Stopwatch

I'm trying to program a stopwatch using 2 buttons - the first button starts/stops the stopwatch and the second button resets it to zero. I want to use two pin change interrupts for the two buttons, use timer interrupts for the time. I need help sketching out a basic skeleton of the what the coding should look like as far as setting up my counters, registers etc. This is my introduction to programming in C as well.

Why use interrupts for this rather simple task?

How would I go about this?

Newandlearning:
How would I go about this?

You code can be:

/*
 * Created by ArduinoGetStarted.com
 *
 * This example code is in the public domain
 *
 * Tutorial page: https://arduinogetstarted.com/tutorials/arduino-button-library
 *
 * This example:
 *   + uses debounce for multiple buttons.
 *   + reads state of multiple buttons
 *   + detects the pressed and released events of multiple buttons
 */

#include <ezButton.h>

ezButton button1(6);  // create Button object that attach to pin 6;
ezButton button2(7);  // create Button object that attach to pin 7;

int stopWatchState = 0;
unsigned long stopWatchStartTime = 0;
unsigned long stopWatchTime = 0;

void setup() {
  Serial.begin(9600);
  button1.setDebounceTime(50); // set debounce time to 50 milliseconds
  button2.setDebounceTime(50); // set debounce time to 50 milliseconds
}

void loop() {
  button1.loop(); // MUST call the loop() function first
  button2.loop(); // MUST call the loop() function first

  if(button1.isPressed()) {
    Serial.println("The button 1 is pressed");
    if(stopWatchState == 0) {// is stopped
      stopWatchStartTime = millis();
  stopWatchState = 1; // it is starting
 } else {
  stopWatchState = 0; // stop it
 }
  }


  if(button2.isPressed()) {
    Serial.println("The button 2 is pressed");
 stopWatchTime = 0;
 stopWatchStartTime = millis();
 stopWatchState = 1; // it is starting
  }

  if(stopWatchState == 1) {
    stopWatchTime += (millis() - stopWatchStartTime;
 Serial.print("stopWatchTime: ");
 Serial.println(stopWatchTime);
  }
}

Above code print stopWatchTime to Serial Monitor. You can modify it to print stopWatchTime on LCD 16x2. See LCD 16x2 tutorial

Note that the above code use ezButton library, which supports debounce and detecting the pressed event.

If you are not familiar with button and may ask why needs to debounce, see this post https://forum.arduino.cc/index.php?topic=643756.0

As a beginner, it is incredibly unlikely that interrupts will be useful to you.

A common “newbie” misunderstanding is that an interrupt is a mechanism for altering the flow of a program - to execute an alternate function. Nothing could be further from the truth! :astonished:

An interrupt is a mechanism for performing an action which can be executed in “no time at all” with an urgency that it must be performed immediately or else data - information - will be lost or some harm will occur. It then returns to the main task without disturbing that task in any way though the main task may well check at the appropriate point for a “flag” set by the interrupt.
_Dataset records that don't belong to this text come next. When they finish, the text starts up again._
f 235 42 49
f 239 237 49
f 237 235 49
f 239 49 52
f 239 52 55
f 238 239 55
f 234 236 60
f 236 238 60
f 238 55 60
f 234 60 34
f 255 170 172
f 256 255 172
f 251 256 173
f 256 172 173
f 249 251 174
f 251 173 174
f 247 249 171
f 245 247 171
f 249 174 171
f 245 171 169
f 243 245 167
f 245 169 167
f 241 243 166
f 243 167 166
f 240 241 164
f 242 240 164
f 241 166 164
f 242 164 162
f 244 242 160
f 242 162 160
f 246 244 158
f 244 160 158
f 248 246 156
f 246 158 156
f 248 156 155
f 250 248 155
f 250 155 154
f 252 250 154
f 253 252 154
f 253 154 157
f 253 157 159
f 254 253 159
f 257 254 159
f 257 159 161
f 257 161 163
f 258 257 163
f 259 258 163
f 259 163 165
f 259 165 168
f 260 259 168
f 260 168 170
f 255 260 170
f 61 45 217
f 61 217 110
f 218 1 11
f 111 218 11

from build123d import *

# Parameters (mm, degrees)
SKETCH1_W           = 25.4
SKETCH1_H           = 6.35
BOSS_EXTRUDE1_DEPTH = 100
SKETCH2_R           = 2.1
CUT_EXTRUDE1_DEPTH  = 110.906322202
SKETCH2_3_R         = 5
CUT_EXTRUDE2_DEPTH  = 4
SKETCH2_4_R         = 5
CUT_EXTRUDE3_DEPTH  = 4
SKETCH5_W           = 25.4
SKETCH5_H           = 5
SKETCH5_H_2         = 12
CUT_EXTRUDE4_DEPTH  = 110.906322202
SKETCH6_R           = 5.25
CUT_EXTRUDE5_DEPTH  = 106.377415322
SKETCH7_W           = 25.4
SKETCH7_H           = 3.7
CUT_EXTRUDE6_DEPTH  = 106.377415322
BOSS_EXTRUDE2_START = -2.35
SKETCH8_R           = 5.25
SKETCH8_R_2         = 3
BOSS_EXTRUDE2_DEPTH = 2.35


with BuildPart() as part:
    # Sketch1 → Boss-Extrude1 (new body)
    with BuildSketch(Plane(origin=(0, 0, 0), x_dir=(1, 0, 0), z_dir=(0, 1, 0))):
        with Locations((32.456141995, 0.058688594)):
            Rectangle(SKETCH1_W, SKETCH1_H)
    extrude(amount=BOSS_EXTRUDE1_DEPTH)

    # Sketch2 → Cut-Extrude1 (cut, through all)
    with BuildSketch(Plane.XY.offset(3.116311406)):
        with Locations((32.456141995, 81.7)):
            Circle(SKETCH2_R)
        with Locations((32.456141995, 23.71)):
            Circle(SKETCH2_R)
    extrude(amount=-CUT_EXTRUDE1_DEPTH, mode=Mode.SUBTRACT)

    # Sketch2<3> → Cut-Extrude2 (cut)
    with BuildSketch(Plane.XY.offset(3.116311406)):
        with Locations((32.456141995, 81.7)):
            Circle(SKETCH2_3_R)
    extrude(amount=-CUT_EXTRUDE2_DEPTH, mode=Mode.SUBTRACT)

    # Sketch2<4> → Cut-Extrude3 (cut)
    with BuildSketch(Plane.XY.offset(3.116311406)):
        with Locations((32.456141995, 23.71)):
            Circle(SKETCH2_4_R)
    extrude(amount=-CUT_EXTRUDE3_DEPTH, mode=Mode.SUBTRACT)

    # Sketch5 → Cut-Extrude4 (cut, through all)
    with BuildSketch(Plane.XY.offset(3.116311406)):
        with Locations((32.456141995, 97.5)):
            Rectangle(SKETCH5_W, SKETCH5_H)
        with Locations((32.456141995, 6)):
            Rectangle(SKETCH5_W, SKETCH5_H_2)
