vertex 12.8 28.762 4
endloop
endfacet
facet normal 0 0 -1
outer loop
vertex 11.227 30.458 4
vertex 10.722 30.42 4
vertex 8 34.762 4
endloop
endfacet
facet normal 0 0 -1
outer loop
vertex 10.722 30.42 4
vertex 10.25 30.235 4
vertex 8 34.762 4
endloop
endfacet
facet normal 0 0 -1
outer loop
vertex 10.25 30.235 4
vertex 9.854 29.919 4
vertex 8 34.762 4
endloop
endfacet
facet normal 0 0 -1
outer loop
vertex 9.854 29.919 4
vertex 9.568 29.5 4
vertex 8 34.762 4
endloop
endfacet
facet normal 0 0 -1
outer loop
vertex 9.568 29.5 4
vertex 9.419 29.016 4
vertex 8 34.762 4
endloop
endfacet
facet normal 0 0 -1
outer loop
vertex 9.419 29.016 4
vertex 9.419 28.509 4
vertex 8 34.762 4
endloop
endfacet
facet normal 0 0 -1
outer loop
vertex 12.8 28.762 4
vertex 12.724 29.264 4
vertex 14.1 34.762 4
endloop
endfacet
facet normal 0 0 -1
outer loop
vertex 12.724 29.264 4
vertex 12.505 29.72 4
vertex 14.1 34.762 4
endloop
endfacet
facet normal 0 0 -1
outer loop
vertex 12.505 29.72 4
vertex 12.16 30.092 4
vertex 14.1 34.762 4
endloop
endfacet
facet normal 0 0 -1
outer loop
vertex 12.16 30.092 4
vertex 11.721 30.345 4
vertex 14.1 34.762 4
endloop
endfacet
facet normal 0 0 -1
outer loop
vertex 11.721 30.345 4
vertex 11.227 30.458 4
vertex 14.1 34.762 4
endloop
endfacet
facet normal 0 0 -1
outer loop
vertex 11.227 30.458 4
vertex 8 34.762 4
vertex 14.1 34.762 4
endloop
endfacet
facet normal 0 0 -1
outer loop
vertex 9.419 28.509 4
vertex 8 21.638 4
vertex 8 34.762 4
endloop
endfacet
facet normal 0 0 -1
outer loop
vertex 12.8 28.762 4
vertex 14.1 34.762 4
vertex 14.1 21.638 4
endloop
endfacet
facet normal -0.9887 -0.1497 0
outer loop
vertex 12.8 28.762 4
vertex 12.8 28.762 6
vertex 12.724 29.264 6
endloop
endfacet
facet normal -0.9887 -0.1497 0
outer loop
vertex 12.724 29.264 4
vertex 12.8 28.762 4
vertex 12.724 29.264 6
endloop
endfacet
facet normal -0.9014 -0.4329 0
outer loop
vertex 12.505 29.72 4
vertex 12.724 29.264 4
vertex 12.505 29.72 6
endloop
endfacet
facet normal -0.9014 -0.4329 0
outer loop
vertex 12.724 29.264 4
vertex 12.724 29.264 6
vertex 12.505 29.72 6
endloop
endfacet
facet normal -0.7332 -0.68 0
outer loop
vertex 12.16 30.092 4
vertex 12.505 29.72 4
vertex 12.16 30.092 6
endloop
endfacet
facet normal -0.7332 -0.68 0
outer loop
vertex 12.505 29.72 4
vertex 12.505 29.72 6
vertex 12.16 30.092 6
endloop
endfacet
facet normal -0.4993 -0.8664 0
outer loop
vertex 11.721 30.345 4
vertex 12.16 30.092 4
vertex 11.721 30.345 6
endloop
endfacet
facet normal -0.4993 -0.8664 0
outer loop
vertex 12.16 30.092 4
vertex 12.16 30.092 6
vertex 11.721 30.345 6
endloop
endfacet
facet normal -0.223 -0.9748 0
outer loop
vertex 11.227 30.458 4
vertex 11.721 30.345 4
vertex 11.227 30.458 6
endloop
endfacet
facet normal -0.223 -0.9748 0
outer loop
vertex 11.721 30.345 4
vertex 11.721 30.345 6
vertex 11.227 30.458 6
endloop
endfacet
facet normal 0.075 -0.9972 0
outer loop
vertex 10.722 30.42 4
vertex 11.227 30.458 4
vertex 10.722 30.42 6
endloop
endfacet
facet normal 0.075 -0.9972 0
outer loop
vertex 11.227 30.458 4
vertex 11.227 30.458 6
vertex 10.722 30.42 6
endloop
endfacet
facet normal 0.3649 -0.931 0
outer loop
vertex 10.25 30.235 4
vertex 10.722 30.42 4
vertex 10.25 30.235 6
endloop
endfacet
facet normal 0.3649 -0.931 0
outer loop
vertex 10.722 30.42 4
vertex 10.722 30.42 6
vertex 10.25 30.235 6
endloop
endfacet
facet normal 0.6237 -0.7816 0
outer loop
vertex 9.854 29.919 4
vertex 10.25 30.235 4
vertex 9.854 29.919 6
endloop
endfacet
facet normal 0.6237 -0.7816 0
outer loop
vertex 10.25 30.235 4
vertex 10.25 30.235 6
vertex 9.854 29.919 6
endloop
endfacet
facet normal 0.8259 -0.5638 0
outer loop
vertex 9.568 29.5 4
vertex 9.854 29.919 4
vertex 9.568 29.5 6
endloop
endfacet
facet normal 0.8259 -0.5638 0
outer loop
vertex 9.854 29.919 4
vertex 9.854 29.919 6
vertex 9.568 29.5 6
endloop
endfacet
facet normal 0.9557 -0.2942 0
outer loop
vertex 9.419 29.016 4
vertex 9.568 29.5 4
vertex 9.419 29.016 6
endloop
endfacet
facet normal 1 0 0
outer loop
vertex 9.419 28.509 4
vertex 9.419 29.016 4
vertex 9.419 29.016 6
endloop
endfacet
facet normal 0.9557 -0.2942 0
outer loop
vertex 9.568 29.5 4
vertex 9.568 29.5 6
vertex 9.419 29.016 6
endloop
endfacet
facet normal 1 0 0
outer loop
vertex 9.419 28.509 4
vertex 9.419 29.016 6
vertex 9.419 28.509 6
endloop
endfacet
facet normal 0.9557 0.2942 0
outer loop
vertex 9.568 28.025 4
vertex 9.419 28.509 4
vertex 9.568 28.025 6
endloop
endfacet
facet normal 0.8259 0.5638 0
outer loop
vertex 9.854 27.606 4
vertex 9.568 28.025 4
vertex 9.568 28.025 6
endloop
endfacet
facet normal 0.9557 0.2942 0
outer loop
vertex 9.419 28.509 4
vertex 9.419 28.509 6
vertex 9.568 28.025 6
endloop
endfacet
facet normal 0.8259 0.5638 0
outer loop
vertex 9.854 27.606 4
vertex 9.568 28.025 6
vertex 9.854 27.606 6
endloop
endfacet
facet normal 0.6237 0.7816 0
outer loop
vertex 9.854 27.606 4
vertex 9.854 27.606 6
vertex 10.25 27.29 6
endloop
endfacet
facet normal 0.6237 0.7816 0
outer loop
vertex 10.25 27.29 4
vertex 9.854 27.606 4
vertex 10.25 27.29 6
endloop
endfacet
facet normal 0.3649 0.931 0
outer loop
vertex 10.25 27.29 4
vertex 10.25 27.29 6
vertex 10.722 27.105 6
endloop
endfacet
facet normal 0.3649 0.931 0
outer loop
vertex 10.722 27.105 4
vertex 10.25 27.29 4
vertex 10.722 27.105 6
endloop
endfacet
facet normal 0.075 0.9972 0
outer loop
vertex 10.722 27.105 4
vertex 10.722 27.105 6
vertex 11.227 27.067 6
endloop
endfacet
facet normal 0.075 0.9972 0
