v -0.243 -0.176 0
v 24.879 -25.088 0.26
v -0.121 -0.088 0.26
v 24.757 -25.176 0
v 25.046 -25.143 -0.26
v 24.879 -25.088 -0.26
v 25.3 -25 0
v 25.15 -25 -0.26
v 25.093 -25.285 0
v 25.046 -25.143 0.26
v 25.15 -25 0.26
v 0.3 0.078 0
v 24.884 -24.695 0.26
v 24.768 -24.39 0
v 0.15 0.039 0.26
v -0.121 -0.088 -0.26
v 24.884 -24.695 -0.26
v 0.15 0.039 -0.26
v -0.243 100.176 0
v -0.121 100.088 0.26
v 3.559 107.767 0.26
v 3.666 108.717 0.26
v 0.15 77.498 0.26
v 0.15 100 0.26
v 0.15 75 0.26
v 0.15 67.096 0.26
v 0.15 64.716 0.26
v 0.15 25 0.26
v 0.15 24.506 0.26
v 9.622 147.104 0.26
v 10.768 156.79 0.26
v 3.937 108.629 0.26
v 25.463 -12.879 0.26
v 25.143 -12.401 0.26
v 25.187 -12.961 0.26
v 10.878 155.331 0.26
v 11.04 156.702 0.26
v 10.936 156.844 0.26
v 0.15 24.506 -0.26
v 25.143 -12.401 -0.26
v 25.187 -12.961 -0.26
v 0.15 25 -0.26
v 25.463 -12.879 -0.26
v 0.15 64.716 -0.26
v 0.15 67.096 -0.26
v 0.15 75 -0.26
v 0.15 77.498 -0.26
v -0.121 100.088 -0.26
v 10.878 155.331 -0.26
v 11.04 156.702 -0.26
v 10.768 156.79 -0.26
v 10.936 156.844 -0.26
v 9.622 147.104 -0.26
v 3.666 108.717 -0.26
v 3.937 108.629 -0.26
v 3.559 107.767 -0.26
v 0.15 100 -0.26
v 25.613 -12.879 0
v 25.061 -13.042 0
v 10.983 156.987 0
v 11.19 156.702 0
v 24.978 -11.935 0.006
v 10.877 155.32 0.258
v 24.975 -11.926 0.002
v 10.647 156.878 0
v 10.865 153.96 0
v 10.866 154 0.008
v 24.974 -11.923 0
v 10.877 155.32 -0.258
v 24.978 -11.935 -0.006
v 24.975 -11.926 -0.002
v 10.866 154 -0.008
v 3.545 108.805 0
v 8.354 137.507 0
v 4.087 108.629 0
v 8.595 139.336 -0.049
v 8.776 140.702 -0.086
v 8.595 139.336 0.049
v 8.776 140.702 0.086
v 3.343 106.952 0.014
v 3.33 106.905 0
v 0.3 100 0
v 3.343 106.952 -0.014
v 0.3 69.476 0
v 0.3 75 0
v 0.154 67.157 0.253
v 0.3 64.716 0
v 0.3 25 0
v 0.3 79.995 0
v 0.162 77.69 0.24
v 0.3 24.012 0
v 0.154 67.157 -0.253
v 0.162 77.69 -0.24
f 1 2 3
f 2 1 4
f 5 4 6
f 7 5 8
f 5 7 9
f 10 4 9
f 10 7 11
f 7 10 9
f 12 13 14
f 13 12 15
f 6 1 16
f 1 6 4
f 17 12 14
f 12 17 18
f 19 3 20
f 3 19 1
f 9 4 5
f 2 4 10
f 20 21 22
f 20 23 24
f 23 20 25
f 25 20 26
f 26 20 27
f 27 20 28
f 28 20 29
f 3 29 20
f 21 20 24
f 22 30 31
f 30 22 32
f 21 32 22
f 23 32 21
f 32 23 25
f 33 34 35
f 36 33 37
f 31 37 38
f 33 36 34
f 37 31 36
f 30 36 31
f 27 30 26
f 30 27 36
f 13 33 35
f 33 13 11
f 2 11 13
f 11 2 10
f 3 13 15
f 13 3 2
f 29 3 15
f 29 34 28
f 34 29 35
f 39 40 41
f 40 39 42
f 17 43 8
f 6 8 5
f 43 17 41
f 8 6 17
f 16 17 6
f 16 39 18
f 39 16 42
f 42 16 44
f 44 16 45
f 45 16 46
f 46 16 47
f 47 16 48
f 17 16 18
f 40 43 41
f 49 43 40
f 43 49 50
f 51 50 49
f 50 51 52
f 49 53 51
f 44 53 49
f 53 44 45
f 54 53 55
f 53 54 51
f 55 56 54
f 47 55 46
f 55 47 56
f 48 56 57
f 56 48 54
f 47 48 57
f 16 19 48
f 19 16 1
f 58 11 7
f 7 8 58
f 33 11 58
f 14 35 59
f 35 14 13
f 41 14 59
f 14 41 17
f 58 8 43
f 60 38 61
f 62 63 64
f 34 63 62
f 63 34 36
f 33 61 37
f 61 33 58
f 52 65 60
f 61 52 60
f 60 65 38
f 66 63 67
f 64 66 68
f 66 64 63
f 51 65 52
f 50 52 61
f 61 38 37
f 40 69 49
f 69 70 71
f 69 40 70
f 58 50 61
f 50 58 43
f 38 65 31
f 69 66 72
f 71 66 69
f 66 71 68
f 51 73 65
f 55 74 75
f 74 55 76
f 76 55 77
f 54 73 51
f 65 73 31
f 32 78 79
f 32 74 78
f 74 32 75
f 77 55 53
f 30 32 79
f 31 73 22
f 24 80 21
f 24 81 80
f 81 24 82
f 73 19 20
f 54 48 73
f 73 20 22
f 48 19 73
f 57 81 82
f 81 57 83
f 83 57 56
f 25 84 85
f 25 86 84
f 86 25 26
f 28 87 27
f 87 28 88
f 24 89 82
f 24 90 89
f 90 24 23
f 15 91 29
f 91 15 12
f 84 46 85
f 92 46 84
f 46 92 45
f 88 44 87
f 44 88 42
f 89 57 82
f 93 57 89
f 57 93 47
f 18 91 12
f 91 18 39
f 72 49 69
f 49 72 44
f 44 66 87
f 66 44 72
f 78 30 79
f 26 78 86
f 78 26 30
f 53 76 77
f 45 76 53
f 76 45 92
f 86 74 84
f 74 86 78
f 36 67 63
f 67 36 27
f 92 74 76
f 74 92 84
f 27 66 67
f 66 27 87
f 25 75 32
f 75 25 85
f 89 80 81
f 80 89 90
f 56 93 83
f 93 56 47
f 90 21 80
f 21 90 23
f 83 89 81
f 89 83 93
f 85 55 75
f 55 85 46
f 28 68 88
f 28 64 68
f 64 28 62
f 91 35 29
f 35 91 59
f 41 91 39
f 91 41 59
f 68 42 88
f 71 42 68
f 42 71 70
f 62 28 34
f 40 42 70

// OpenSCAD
B=[0,0];
T=[0,100];
W=[25,-25];

mbt=lerp(B,T,rnd(0.25,0.75));
mwt= un(lerp(W,T,rnd())-mbt)*rnd(25,100)+mbt ;


hmbt=lerp(B,T, (0.75));

hmwt= un(lerp(mwt,T,rnd())-hmbt)*rnd(25,75)+hmbt ;

lmbt=lerp(B,T,(0.25));
lmwt= un(lerp(W,mwt,rnd())-lmbt)*rnd(25,100)+lmbt ;


line(mwt,mbt);
line(hmwt,hmbt);
line(lmwt,lmbt);
line(B,T);
line(B,W);


polyline([B,W,lmwt,mwt,hmwt,T]);



 module polyline(p) {for(i=[0:max(0,len(p)-1)])line(p[i],p[wrap(i+1,len(p) )]);
} // polyline plotter

module line(p1, p2 ,width=0.3) 
{ // single line plotter
    hull() {
        translate(p1) sphere(width);
        translate(p2) sphere(width);
    }
}
function rnd(a = 1, b = 0, s = []) = 
  s == [] ? 
   (rands(min(a, b), max(   a, b), 1)[0]) 
  : 
   (rands(min(a, b), max(a, b), 1, s)[0])
  ; // nice rands wrapper 
function lerp(start, end, bias) = (end * bias + start * (1 - bias));
function un(v) = v / max(norm(v), 0.000001) * 1;
function wrap(x,x_max=1,x_min=0) = (((x - x_min) % (x_max - x_min)) + (x_max - x_min)) % (x_max - x_min) + x_min; // wraps numbers inside boundaries
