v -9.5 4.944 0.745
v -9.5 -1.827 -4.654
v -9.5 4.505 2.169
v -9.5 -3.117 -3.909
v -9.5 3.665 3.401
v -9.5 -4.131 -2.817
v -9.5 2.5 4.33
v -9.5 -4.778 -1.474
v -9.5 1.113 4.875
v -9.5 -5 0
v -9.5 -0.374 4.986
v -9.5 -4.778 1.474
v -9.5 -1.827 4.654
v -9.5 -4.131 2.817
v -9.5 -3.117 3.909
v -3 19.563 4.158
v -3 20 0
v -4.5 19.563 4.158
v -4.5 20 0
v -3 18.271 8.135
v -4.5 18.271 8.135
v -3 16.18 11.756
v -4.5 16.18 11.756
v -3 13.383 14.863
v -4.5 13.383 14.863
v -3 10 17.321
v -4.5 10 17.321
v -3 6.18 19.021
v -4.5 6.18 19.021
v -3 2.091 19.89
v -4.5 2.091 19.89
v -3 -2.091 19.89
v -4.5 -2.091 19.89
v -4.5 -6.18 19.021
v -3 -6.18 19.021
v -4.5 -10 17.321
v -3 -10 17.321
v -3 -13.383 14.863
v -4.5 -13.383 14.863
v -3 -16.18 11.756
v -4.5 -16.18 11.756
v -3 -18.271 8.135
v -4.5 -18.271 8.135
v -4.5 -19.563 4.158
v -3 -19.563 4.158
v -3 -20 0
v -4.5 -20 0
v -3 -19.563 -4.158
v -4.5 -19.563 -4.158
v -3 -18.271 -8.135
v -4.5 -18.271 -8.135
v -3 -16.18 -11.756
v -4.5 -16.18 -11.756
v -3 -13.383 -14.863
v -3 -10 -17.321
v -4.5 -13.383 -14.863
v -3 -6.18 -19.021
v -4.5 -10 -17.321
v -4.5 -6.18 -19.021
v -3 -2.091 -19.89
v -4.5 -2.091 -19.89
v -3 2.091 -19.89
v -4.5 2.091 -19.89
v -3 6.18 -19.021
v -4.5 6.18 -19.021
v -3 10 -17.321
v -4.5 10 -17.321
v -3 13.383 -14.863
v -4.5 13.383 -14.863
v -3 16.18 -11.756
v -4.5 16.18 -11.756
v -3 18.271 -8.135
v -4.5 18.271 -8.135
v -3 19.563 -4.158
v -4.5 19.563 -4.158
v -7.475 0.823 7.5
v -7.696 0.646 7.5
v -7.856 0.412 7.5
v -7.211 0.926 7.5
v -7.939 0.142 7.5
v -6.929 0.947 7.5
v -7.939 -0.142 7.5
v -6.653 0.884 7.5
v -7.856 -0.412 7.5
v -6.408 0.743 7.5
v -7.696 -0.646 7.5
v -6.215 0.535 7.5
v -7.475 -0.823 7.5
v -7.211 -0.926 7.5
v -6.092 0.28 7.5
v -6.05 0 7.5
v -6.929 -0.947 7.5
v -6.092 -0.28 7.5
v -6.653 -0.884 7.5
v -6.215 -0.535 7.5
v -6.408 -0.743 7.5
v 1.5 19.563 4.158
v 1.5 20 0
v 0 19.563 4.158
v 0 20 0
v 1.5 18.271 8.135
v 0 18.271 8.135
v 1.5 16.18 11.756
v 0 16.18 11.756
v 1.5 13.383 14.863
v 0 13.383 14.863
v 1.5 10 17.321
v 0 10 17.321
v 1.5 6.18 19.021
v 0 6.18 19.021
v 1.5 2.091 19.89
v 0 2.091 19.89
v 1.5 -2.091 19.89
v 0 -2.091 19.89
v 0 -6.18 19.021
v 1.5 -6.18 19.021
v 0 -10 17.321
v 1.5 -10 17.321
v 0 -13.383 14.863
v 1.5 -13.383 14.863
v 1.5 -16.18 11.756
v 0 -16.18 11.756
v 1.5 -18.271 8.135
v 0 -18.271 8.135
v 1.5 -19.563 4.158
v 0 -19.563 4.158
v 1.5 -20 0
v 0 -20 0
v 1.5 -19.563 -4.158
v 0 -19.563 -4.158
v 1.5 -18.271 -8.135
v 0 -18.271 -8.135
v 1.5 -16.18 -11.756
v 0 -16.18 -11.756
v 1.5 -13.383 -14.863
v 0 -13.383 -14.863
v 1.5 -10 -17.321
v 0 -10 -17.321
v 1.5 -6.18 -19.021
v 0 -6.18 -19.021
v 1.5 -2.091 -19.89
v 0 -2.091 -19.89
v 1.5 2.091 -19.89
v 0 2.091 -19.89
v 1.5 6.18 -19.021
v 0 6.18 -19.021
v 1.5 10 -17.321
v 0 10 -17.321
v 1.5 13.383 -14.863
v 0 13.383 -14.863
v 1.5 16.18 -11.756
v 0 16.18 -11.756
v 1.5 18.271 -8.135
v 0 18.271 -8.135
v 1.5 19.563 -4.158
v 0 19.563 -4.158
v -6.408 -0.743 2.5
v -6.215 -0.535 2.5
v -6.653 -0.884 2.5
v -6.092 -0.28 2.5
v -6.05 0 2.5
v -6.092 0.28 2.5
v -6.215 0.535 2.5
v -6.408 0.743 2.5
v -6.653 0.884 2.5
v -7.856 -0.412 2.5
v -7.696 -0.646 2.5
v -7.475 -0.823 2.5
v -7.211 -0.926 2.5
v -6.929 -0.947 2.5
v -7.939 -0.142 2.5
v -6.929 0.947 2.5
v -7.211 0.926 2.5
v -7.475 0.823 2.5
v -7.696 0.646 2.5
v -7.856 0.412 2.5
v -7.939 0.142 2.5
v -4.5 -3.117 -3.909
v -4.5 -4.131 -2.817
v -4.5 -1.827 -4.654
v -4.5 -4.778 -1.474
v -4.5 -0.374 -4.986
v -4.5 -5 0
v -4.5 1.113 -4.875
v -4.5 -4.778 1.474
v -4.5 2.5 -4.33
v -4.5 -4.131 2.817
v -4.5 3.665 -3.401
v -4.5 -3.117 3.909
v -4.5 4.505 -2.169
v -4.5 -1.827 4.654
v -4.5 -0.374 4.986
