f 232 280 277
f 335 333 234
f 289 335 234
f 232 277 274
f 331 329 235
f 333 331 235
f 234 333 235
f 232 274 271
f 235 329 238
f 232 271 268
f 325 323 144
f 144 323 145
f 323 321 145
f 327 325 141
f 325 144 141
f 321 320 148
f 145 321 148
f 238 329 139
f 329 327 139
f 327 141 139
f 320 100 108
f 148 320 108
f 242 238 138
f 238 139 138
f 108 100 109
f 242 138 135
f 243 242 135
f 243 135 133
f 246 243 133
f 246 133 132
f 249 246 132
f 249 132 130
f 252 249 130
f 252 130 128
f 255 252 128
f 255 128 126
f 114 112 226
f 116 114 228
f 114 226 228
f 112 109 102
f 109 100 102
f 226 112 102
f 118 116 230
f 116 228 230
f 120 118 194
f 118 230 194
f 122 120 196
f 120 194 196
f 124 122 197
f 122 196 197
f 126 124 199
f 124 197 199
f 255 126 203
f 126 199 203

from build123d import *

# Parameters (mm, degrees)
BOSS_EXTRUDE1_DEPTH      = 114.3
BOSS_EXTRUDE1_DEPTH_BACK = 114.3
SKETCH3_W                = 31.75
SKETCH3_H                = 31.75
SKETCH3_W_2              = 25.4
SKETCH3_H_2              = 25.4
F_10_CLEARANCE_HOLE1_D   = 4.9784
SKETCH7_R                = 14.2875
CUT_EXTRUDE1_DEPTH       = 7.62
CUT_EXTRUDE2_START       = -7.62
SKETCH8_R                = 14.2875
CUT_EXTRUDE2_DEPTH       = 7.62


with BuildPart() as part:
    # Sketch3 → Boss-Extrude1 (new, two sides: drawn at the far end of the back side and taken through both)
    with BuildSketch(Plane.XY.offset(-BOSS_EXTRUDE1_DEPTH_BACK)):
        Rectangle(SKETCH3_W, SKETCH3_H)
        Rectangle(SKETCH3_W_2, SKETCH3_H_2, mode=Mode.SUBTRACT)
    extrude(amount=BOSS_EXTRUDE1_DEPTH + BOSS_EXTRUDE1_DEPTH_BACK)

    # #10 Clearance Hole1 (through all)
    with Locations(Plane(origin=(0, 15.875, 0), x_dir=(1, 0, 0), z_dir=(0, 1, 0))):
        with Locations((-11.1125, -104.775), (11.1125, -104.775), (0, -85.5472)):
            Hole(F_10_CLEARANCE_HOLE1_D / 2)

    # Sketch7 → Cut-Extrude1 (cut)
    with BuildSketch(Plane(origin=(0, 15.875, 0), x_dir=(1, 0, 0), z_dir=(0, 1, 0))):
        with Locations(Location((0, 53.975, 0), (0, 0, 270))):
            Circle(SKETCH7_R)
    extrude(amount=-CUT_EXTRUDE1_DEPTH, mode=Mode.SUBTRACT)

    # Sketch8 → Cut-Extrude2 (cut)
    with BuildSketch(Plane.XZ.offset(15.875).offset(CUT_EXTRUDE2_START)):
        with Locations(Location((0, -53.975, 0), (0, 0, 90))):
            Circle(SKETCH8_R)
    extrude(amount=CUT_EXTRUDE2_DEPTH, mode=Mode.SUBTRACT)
Now these criteria are in a microprocessor time scale - microseconds. This must not be confused with a human time scale of tens or hundreds of milliseconds or indeed, a couple of seconds. A switch operation is in this latter category and a mechanical operation perhaps several milliseconds; the period of a 6000 RPM shaft rotation is ten milliseconds.

Unless it is a very complex procedure, you would expect the loop() to cycle many times per millisecond. If it does not, there is most likely an error in code planning; while the delay() function is provided for testing purposes, its action goes strictly against effective programming methods. The loop() will be successively testing a number of contingencies as to whether each requires action, only one of which may be whether a particular timing criteria has expired. Unless an action must be executed in the order of microseconds, it will be handled in the loop().

So what sort of actions do require such immediate attention? Well, generally those which result from the computer hardware itself, such as high speed transfer of data in UARTs(, USARTs) or disk controllers.

An alternate use of interrupts, for context switching in RTOSs, is rarely relevant to this category of microprocessors as it is more efficient to write cooperative code as described above.